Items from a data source
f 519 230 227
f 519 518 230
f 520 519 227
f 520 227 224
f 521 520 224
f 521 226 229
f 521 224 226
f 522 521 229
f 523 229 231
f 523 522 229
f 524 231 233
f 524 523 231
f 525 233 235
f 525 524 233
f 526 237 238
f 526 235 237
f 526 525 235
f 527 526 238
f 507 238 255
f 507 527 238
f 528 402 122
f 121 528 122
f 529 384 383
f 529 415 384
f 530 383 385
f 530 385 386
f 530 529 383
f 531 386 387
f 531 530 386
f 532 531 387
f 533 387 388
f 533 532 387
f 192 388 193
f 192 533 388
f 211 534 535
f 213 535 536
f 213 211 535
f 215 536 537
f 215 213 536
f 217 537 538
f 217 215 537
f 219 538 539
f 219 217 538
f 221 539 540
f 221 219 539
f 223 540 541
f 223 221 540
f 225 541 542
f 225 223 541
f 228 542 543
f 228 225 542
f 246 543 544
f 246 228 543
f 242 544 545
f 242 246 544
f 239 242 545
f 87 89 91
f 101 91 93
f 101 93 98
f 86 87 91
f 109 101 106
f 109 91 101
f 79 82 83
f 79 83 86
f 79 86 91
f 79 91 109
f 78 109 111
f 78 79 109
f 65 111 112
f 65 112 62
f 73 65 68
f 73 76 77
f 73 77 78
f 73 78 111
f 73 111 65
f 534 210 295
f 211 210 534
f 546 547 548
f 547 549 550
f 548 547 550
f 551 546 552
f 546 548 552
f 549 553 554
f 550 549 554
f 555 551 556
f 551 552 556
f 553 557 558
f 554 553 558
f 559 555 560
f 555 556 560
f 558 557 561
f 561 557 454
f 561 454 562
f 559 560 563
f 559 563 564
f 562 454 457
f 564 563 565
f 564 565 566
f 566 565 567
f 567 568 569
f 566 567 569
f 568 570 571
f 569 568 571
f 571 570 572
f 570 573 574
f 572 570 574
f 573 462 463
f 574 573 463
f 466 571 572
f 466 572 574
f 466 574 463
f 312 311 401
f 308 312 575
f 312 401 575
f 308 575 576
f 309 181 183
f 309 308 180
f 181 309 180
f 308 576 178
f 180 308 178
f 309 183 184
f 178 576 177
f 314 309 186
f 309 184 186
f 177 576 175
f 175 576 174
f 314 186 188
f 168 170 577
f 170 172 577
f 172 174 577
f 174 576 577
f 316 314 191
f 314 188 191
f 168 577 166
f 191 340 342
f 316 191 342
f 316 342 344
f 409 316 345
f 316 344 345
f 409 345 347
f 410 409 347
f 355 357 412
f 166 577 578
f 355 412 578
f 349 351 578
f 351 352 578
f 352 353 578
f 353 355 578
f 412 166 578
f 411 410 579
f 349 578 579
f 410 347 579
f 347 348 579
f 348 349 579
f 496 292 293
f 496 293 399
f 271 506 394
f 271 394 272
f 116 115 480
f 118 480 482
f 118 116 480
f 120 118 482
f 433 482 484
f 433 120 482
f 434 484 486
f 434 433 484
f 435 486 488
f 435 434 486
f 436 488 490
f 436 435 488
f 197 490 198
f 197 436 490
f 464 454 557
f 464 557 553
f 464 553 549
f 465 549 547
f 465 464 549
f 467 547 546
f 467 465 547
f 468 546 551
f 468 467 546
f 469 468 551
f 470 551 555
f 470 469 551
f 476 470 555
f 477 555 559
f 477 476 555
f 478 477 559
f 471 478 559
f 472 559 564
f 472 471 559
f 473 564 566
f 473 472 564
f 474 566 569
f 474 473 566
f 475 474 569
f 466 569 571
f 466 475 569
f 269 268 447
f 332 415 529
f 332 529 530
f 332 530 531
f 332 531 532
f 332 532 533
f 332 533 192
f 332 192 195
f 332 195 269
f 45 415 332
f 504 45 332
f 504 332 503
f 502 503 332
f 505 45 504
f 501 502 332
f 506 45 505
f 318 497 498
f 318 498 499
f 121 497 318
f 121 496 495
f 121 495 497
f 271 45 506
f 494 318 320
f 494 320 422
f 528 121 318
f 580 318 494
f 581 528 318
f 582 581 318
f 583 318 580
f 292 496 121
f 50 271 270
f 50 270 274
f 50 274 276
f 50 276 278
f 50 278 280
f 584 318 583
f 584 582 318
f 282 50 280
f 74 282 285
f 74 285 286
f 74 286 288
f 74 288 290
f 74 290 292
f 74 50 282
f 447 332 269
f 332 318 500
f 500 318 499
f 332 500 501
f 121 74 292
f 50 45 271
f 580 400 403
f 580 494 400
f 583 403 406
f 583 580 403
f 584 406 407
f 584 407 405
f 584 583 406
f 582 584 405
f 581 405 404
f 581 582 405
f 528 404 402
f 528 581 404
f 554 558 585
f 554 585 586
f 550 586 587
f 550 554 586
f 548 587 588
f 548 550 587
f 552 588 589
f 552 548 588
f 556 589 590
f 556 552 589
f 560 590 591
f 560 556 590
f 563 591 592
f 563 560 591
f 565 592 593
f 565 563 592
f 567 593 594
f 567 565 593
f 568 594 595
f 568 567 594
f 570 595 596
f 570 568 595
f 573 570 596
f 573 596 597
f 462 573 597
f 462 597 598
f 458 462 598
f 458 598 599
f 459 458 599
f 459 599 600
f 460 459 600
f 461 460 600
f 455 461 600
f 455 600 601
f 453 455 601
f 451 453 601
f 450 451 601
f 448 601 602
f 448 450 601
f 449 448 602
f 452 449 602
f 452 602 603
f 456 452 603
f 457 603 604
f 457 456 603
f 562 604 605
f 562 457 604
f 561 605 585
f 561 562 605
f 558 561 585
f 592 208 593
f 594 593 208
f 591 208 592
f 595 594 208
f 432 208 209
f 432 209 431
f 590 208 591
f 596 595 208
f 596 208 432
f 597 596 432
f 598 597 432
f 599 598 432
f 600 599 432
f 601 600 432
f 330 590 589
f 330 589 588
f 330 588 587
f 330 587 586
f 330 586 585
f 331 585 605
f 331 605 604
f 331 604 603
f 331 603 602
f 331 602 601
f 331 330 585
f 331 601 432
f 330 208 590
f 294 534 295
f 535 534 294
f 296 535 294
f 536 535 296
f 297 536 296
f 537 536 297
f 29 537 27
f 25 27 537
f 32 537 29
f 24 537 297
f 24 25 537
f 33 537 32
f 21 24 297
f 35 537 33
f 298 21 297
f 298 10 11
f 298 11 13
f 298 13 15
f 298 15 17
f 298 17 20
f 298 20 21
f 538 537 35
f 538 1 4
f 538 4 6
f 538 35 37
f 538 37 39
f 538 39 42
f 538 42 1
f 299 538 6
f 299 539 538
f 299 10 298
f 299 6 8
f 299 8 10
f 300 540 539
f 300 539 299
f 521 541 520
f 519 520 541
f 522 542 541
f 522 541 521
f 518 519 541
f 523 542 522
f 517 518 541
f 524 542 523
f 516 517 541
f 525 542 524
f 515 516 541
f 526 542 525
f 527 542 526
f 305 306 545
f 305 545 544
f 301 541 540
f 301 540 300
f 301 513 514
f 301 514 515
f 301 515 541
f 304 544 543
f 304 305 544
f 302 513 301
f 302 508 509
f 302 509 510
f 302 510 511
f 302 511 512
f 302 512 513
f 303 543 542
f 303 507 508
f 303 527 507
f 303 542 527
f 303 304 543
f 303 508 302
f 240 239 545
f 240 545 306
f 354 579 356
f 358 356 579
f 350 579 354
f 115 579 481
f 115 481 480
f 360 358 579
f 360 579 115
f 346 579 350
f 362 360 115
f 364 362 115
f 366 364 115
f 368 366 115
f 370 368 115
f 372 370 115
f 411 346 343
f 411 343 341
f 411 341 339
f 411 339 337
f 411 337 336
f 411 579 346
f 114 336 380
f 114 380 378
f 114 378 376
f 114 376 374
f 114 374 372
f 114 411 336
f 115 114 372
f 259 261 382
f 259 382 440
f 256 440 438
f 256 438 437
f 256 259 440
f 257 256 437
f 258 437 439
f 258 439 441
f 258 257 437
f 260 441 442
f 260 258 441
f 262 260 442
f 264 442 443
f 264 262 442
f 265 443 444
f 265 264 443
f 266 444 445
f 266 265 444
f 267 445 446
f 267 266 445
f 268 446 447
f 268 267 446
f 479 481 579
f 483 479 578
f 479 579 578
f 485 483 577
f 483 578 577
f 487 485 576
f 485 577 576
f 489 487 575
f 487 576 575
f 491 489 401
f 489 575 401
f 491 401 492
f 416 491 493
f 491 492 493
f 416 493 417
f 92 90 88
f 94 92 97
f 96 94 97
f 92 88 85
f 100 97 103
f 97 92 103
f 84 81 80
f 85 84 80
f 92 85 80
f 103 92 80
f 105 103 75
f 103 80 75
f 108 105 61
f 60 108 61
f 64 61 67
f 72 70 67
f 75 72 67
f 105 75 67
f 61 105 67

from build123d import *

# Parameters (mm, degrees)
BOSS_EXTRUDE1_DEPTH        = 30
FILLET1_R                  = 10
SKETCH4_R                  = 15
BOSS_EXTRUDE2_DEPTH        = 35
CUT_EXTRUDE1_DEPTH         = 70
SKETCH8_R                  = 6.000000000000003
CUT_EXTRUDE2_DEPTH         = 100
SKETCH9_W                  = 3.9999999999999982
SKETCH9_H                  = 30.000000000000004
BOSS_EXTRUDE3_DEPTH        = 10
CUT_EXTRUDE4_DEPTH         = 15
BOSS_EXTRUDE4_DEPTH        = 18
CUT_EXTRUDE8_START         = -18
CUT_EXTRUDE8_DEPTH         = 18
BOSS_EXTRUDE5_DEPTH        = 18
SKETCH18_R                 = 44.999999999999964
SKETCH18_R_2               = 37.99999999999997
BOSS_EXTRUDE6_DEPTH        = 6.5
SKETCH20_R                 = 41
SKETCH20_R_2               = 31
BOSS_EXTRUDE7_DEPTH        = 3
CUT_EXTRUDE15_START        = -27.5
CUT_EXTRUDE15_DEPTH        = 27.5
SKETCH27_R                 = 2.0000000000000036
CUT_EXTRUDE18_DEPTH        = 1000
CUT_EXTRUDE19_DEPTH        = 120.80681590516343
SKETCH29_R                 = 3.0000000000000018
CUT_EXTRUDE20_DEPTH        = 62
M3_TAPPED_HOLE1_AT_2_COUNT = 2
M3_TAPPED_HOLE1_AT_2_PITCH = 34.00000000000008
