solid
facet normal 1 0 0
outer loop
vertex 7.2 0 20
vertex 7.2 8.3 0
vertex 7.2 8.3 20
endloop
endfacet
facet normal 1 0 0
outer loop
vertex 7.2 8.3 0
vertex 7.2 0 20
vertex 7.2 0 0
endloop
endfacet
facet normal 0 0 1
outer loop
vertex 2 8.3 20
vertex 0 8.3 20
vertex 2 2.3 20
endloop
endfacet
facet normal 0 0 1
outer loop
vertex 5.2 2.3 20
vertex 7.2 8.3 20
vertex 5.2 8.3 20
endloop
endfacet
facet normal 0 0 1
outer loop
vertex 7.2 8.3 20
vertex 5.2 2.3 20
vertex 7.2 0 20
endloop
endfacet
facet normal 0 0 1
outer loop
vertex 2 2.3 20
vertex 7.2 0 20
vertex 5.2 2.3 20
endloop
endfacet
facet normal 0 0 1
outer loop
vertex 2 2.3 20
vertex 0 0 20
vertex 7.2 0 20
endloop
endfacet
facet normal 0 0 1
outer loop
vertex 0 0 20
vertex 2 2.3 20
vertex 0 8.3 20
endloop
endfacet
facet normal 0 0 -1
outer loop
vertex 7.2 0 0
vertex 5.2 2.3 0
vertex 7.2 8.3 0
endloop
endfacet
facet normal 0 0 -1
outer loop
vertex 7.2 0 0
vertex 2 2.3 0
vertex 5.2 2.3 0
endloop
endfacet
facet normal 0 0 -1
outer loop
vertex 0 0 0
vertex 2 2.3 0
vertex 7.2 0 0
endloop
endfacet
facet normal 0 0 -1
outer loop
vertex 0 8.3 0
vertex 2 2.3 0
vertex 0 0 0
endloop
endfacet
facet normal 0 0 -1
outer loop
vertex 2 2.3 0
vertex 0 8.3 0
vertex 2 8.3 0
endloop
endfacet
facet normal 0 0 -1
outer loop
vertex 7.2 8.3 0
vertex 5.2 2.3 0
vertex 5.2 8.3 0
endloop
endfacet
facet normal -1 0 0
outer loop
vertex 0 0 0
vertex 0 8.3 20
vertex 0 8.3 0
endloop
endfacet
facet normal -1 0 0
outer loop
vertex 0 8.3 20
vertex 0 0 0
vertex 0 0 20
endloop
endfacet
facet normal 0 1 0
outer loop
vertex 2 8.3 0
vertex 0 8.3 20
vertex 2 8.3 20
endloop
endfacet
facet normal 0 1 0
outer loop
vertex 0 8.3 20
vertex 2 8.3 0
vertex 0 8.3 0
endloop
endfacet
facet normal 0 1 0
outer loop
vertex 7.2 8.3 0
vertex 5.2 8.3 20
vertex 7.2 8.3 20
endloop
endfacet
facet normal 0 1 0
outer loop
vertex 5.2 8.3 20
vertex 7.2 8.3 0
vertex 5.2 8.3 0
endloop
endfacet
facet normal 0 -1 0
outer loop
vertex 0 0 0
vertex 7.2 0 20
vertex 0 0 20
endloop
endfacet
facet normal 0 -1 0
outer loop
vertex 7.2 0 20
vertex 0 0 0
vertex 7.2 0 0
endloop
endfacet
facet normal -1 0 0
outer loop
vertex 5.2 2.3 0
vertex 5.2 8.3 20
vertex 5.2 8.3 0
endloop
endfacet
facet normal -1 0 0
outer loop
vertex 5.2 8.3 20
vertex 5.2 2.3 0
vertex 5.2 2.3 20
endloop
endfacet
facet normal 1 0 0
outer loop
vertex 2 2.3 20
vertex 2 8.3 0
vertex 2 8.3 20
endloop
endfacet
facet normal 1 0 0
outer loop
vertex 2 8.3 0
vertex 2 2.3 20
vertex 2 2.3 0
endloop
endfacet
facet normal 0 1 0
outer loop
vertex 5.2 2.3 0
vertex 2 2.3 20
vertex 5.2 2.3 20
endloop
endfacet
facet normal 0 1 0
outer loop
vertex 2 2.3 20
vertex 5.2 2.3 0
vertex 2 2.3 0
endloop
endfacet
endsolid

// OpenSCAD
/*
 * Customizable spacer rear Y motor Holder to Nema 17 motor for Tatara steel frame V100 - https://www.thingiverse.com/thing:2730724
 * by TataraTeam - https://www.thingiverse.com/TataraTeam/about
 * created 2017-12-25
 * version v0.01
 *
 * Changelog
 * --------------
 * v0.01:
 *      - First version
 * --------------
 * 
 * This work is licensed under the Creative Commons - Attribution - NonCommercial - ShareAlike license.
 * https://creativecommons.org/licenses/by-nc-sa/3.0/
 */

//preview[view:north, tilt:top]

// Y rear bracket to NEMA 17 motor distance in mm
ytrb=2.3;
// 3D Printed part Wall thickness in mm
wt = 2; //[2:0.4:4]
// Material frame thickness in mm )
mt=3;
// Clearance in mm
clearance=0.2; 
/* [Hidden] */
ybmh=6;

difference() {
cube(size = [wt+mt+clearance+wt, ytrb+ybmh, 20], center = false);
translate([wt, ytrb ,0])
     cube(size = [mt+clearance, ybmh, 20], center = false);
}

**PROBLEM**
Please return the lines above that run from the line containing "f 573 570 596" to the line containing "f 330 588 587", inclusive, exactly and with no other lines.

**ANSWER TO THIS EXERCISE**
f 573 570 596
f 573 596 597
f 462 573 597
f 462 597 598
f 458 462 598
f 458 598 599
f 459 458 599
f 459 599 600
f 460 459 600
f 461 460 600
f 455 461 600
f 455 600 601
f 453 455 601
f 451 453 601
f 450 451 601
f 448 601 602
f 448 450 601
f 449 448 602
f 452 449 602
f 452 602 603
f 456 452 603
f 457 603 604
f 457 456 603
f 562 604 605
f 562 457 604
f 561 605 585
f 561 562 605
f 558 561 585
f 592 208 593
f 594 593 208
f 591 208 592
f 595 594 208
f 432 208 209
f 432 209 431
f 590 208 591
f 596 595 208
f 596 208 432
f 597 596 432
f 598 597 432
f 599 598 432
f 600 599 432
f 601 600 432
f 330 590 589
f 330 589 588
f 330 588 587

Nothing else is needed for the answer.